There are a lot of people in the real world making a ton of money on stuff people don't actually need. And I'm not just talking about electronics. Alcohol, drugs, fancy clothing, luxury cars, junk food... We can get into debates about paying for something intangible, but the motivation is the same: pleasure.
I note the article doesn't say what kind of employees she has. Lots of SL "business people" have "employees" who get paid maybe 500L per hour (if they're high-paid) to do whatever work they're supposed to do. That's the equivalent of around 2 bucks an hour, and they most certainly do not get benefits. Saying "I have 80 employees!" sounds a lot more impressive than "I found 80 idiots willing to do a lot of work for me for significantly less than I'd have to pay if I outsourced to Pakistan." Hell when I was exploring around on SL I saw people "camping" for something like 20L per hour because they didn't want to buy any of the in-game currency. They didn't realize that you spend more than 20L per hour for the electricity to run your computer, and so they were actually losing money by wasting time with the camping crap. And this was a very popular activity, with many thousands of people doing it. With such a vast resource of dumb people who can't do basic math, it's not hard to get 80 employees without spending any money.
As far as having virtual land holdings worth millions - she doesn't own anything. She rents server space, and then re-rents it to other people. Linden Labs could pull the plug on her tomorrow and then she'd "own" precisely nothing. They've done it before - in fact it was a lawsuit over them doing that that made me go look at SL in the first place to see what the hell the fuss was about that could make people sue in RL over a virtual chat system.
"I disagree with you" does not equal "flamebait."
Maybe you could pay him to teach you how to format comments properly.
Cool post bro, highfive \o
Yeah, but there's still the occupational hazard of being first against the wall when the revolution comes.
"People don't want to learn linux" hasn't been a valid excuse since '03.
Their renting fucking entropy!
Speaking of entropy...
Unity? Screw that: XFCE. Slashdot Beta? Screw that: SoylentNews. Australis? Screw that: Pale Moon. UX developers DIAF
The way to think of Second Life is a distributed game company. Most games, the code, the game servers, and the game content are all done by one company.
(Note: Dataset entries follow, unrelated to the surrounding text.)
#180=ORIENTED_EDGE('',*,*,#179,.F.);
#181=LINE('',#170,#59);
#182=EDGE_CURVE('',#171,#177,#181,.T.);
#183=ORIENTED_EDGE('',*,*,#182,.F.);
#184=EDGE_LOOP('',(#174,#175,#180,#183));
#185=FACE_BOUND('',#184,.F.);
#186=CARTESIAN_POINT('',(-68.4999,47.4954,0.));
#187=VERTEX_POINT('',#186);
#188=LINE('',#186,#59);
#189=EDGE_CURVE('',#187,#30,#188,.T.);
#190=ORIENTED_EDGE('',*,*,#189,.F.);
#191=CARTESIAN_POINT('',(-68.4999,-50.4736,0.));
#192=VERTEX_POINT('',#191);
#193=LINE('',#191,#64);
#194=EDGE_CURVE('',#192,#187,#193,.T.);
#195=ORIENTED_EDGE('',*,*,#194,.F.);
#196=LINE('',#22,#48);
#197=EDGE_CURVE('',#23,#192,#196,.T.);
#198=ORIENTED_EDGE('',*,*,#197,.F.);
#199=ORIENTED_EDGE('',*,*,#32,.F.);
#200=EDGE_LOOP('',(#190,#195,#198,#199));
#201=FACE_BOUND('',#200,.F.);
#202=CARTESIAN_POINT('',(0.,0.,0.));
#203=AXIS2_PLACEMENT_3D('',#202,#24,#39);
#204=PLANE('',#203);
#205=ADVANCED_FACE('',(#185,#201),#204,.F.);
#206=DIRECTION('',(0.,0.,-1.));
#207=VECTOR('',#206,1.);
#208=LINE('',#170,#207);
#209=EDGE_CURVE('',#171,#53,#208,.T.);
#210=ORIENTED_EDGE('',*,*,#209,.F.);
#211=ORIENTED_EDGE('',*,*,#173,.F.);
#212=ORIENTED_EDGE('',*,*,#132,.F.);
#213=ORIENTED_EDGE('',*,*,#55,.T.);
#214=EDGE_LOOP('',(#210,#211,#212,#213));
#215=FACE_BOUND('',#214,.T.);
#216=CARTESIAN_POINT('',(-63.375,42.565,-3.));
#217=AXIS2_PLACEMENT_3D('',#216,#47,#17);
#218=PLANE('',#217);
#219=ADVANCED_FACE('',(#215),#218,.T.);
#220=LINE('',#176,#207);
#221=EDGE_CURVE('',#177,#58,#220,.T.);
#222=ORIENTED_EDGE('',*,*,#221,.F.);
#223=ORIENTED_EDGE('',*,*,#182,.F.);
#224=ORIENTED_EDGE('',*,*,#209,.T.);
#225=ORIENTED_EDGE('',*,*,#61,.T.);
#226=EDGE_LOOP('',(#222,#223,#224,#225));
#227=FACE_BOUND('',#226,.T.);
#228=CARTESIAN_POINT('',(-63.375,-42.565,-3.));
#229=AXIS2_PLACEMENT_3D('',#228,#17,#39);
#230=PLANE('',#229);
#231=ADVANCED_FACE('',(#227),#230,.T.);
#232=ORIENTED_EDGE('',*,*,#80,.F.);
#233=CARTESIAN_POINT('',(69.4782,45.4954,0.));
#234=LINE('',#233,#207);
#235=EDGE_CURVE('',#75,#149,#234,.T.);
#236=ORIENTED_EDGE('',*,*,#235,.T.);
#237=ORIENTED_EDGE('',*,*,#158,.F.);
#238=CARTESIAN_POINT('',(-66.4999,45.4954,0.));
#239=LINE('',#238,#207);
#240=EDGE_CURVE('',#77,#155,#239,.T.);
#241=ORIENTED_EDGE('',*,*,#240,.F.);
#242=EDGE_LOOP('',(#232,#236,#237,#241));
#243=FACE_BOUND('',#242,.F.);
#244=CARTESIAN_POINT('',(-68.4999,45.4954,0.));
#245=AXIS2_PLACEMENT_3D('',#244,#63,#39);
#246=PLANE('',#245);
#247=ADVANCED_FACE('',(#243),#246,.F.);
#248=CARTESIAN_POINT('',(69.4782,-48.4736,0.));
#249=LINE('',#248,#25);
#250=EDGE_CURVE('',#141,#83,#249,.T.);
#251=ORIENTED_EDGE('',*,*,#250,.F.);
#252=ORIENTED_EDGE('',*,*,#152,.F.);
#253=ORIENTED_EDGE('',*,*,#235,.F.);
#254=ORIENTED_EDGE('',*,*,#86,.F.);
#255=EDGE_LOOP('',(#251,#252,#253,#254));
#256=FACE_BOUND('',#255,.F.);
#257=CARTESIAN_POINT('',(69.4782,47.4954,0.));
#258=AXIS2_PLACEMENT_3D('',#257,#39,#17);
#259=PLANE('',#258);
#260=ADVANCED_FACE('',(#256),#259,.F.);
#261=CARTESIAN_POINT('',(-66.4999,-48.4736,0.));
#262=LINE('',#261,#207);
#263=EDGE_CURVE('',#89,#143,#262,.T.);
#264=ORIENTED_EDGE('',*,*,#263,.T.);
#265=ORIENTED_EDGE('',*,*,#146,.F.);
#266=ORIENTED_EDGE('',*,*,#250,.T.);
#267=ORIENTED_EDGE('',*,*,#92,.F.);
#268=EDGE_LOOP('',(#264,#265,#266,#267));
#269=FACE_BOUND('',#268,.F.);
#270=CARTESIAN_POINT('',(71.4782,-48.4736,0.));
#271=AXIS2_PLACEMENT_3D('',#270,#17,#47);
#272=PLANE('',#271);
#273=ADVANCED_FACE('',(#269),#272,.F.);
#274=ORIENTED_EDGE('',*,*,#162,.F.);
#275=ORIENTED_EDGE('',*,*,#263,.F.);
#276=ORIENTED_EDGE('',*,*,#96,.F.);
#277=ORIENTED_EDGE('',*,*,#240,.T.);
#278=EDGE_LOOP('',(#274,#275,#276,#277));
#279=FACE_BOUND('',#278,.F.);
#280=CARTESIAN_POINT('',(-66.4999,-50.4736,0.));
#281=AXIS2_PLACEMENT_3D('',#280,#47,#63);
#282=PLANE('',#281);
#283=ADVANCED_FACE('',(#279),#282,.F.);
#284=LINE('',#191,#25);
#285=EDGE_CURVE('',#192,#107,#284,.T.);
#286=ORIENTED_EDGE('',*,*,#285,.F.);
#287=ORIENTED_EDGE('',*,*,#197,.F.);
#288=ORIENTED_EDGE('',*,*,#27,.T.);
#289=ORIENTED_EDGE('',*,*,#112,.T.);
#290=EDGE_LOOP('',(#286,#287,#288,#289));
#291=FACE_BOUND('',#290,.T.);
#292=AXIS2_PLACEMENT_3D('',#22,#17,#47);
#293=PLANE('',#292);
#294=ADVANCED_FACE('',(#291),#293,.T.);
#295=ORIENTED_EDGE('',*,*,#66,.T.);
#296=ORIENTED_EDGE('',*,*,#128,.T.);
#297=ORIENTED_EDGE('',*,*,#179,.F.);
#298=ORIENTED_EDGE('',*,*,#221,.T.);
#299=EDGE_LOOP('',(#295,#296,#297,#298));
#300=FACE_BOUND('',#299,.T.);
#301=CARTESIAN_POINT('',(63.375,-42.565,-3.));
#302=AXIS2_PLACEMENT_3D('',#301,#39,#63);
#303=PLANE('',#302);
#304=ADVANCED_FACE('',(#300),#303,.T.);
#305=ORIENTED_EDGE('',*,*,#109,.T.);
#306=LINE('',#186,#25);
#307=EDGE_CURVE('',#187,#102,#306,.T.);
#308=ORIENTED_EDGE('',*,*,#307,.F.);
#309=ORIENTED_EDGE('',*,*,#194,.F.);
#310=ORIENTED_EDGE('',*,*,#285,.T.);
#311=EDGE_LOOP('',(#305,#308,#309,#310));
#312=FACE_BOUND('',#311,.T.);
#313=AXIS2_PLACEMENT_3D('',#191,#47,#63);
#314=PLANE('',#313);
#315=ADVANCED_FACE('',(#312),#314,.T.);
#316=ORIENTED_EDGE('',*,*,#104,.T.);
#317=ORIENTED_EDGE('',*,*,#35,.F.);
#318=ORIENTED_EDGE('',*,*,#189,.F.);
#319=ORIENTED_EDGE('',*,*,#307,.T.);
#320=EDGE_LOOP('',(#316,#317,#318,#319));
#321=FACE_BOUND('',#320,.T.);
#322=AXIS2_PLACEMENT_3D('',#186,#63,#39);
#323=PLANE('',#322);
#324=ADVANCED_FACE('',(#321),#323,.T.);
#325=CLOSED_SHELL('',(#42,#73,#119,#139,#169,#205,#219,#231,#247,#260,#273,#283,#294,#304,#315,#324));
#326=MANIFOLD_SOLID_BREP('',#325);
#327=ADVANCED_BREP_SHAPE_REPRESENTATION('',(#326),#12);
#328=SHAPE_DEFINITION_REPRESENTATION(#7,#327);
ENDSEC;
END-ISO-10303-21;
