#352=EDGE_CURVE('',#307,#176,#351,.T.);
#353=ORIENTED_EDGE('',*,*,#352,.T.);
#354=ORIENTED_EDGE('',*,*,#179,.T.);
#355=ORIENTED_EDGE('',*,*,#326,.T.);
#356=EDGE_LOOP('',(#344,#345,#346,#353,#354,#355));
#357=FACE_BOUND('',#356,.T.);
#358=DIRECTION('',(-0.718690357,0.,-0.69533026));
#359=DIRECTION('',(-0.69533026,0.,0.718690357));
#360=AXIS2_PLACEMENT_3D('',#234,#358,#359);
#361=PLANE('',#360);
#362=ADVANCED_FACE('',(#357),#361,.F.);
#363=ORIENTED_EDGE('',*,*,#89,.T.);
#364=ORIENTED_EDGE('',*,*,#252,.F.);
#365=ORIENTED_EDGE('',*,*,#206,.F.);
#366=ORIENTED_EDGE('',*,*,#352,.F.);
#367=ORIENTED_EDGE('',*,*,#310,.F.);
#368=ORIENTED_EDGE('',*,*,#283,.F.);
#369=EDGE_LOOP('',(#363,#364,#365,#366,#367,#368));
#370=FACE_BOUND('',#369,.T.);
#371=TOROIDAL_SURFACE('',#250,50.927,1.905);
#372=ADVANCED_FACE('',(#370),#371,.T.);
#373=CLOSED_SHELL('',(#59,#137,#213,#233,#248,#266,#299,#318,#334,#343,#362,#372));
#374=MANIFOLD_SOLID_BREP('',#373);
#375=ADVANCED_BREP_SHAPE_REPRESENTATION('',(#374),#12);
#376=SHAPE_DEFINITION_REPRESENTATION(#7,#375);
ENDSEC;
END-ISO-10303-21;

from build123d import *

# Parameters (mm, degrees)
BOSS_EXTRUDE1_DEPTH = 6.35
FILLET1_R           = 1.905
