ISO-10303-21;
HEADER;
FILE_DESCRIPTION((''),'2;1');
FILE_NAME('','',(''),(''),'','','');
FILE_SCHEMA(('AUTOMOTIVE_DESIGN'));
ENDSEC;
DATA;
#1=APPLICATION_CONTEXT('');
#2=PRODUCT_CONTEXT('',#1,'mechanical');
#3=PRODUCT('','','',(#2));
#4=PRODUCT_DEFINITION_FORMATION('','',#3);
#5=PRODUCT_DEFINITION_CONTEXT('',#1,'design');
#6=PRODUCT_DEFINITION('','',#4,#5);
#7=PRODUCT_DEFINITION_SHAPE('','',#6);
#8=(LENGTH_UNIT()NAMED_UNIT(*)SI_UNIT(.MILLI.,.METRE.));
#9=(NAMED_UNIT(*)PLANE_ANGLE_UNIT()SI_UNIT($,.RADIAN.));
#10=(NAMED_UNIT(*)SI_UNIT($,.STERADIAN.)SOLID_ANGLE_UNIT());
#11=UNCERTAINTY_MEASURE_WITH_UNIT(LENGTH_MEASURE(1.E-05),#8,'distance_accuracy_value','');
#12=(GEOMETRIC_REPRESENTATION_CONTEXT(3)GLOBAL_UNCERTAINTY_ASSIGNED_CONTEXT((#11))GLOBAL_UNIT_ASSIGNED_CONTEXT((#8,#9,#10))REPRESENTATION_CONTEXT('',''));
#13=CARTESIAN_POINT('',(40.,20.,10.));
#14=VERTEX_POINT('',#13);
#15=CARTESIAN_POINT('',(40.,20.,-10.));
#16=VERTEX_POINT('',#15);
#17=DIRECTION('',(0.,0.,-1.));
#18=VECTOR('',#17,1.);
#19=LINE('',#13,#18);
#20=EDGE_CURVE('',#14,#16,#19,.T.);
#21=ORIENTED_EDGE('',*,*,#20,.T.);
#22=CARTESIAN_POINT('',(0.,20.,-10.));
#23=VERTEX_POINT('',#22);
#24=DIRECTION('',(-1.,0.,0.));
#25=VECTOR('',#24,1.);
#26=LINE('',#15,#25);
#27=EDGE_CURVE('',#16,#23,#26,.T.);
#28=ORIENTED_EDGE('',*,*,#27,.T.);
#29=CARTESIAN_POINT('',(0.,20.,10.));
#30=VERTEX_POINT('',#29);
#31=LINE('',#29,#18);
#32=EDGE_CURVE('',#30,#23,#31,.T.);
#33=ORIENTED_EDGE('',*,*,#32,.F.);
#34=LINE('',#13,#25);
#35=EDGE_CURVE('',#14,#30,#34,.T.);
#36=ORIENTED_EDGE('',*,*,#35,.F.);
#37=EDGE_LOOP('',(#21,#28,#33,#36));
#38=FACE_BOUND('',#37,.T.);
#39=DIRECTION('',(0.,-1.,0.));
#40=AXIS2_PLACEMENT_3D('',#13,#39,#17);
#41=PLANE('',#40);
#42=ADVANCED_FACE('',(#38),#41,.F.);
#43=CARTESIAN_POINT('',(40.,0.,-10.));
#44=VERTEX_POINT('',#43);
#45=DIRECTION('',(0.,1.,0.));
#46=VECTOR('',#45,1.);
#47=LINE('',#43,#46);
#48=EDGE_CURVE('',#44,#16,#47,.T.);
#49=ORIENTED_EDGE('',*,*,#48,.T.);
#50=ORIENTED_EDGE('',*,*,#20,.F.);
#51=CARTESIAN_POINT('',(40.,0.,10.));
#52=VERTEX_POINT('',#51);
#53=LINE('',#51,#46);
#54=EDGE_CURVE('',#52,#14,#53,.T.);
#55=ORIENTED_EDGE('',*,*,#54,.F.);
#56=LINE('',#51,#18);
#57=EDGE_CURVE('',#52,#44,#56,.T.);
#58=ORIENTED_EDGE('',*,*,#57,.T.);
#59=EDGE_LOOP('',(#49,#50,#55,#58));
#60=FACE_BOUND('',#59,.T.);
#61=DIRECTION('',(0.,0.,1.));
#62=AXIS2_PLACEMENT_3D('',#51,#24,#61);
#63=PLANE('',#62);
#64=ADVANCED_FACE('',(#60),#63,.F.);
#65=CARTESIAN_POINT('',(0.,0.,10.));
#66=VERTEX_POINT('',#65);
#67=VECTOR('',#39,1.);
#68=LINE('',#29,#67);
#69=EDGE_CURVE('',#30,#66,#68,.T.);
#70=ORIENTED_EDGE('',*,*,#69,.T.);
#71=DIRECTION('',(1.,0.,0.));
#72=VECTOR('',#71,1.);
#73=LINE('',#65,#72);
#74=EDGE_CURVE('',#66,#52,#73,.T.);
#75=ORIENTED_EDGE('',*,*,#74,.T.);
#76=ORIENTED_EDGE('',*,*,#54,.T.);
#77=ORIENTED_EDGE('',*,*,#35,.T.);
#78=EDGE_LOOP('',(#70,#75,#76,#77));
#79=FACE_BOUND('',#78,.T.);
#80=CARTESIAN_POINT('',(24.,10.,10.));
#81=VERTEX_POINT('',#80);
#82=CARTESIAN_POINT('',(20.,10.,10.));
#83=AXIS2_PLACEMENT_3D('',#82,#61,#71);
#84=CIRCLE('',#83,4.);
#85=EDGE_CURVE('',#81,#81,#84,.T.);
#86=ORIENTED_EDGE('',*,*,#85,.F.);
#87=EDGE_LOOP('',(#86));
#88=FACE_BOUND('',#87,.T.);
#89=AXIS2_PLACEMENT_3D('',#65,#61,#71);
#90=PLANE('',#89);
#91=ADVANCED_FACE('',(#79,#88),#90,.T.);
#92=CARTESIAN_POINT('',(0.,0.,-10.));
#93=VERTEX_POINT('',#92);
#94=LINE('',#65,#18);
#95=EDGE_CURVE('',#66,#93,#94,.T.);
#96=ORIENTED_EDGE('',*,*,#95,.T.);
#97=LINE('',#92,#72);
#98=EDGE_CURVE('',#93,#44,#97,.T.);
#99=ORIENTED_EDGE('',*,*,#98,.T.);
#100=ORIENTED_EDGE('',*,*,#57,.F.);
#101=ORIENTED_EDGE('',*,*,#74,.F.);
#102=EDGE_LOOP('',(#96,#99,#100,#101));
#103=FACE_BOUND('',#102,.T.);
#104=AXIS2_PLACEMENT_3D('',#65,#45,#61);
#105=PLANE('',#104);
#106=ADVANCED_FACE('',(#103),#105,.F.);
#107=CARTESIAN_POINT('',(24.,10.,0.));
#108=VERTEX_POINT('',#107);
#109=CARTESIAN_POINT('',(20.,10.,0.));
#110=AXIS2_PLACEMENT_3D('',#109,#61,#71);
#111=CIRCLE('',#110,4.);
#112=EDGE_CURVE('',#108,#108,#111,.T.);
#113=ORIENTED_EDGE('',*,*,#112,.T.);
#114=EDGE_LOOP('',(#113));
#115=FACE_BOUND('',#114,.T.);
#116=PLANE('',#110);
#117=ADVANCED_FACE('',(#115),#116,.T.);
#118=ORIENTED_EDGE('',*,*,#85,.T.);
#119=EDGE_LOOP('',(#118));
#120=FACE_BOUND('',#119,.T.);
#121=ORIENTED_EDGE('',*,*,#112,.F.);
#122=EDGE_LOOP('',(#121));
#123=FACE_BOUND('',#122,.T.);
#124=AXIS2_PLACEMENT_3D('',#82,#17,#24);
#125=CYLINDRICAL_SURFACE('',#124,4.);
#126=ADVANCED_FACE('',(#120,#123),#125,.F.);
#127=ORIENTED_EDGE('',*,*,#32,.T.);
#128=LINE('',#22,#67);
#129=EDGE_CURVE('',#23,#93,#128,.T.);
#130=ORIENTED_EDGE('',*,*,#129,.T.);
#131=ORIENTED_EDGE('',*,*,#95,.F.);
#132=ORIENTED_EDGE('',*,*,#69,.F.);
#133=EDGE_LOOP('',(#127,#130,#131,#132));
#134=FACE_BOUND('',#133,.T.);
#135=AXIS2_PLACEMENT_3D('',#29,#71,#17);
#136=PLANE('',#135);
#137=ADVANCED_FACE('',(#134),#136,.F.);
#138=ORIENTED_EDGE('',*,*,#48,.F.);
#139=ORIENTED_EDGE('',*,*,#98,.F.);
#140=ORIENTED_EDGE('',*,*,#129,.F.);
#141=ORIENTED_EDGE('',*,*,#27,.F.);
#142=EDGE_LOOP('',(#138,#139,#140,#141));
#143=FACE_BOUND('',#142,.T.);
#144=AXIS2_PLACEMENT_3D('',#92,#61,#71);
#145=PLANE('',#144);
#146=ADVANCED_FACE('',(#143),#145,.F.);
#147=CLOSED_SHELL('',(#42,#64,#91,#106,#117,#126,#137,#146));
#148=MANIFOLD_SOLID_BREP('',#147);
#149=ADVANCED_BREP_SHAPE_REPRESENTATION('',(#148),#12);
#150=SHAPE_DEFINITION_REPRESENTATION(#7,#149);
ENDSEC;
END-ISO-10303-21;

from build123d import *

# Parameters (mm, degrees)
SKETCH1_W           = 40
SKETCH1_H           = 20
BOSS_EXTRUDE1_DEPTH = 10
SKETCH2_R           = 4
CUT_EXTRUDE1_DEPTH  = 46.82575695


with BuildPart() as part:
    # Sketch1 → Boss-Extrude1 (new, symmetric)
    with BuildSketch(Plane.XY):
        with Locations((20, 10)):
            Rectangle(SKETCH1_W, SKETCH1_H)
    extrude(amount=BOSS_EXTRUDE1_DEPTH, both=True)

    # Sketch2 → Cut-Extrude1 (cut, through all)
    with BuildSketch(Plane.XY):
        with Locations((20, 10)):
            Circle(SKETCH2_R)
    extrude(amount=CUT_EXTRUDE1_DEPTH, mode=Mode.SUBTRACT)


solid = part.part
In Second Life the servers are run by the host company (Linden Research Inc.) The code is open source for the "Viewer" (the program you download and run to play Second Life). A majority of users actually run alternate versions of the Viewer made third parties, that have better features than the official one. And lastly, 99% of the content is made by a subset of the users themselves. As a form of entertainment, it has staying power among the creative "do it yourself" crowd. If you want your game handed to you all pre-made and not have to do anything but play, it's not for you.
The subject of the story, Ailin Graef, made her major start by providing nicer virtual land than was being offered by the owners of Second Life. People liked it, and were willing to pay for it. Like any other entertainment, such as Netflix, or reading Science Fiction novels, it needs no justification. If you find it entertaining, great, if not, find something else to do. I have not made as much as Ailin, but I have made a good amount providing 3D entertainment - enough to buy two new computers...ten times over, and that's doing it as a hobby from home, mostly in Second Life. I'm grateful people found what I did enjoyable, and I had fun creating it. Making stuff is another form of entertainment, for some people.
There is no scam or ripoff here. You can play Second Life entirely free, forever. But about half the users spend some real money each month to get something made by someone else. Just like buying the latest first person shooter game, or a movie ticket, it's an entertainment expense.
I would so laugh if a real estate scam happened to happen on someone that used a scammed visa card to pay with....both would negate the other, no?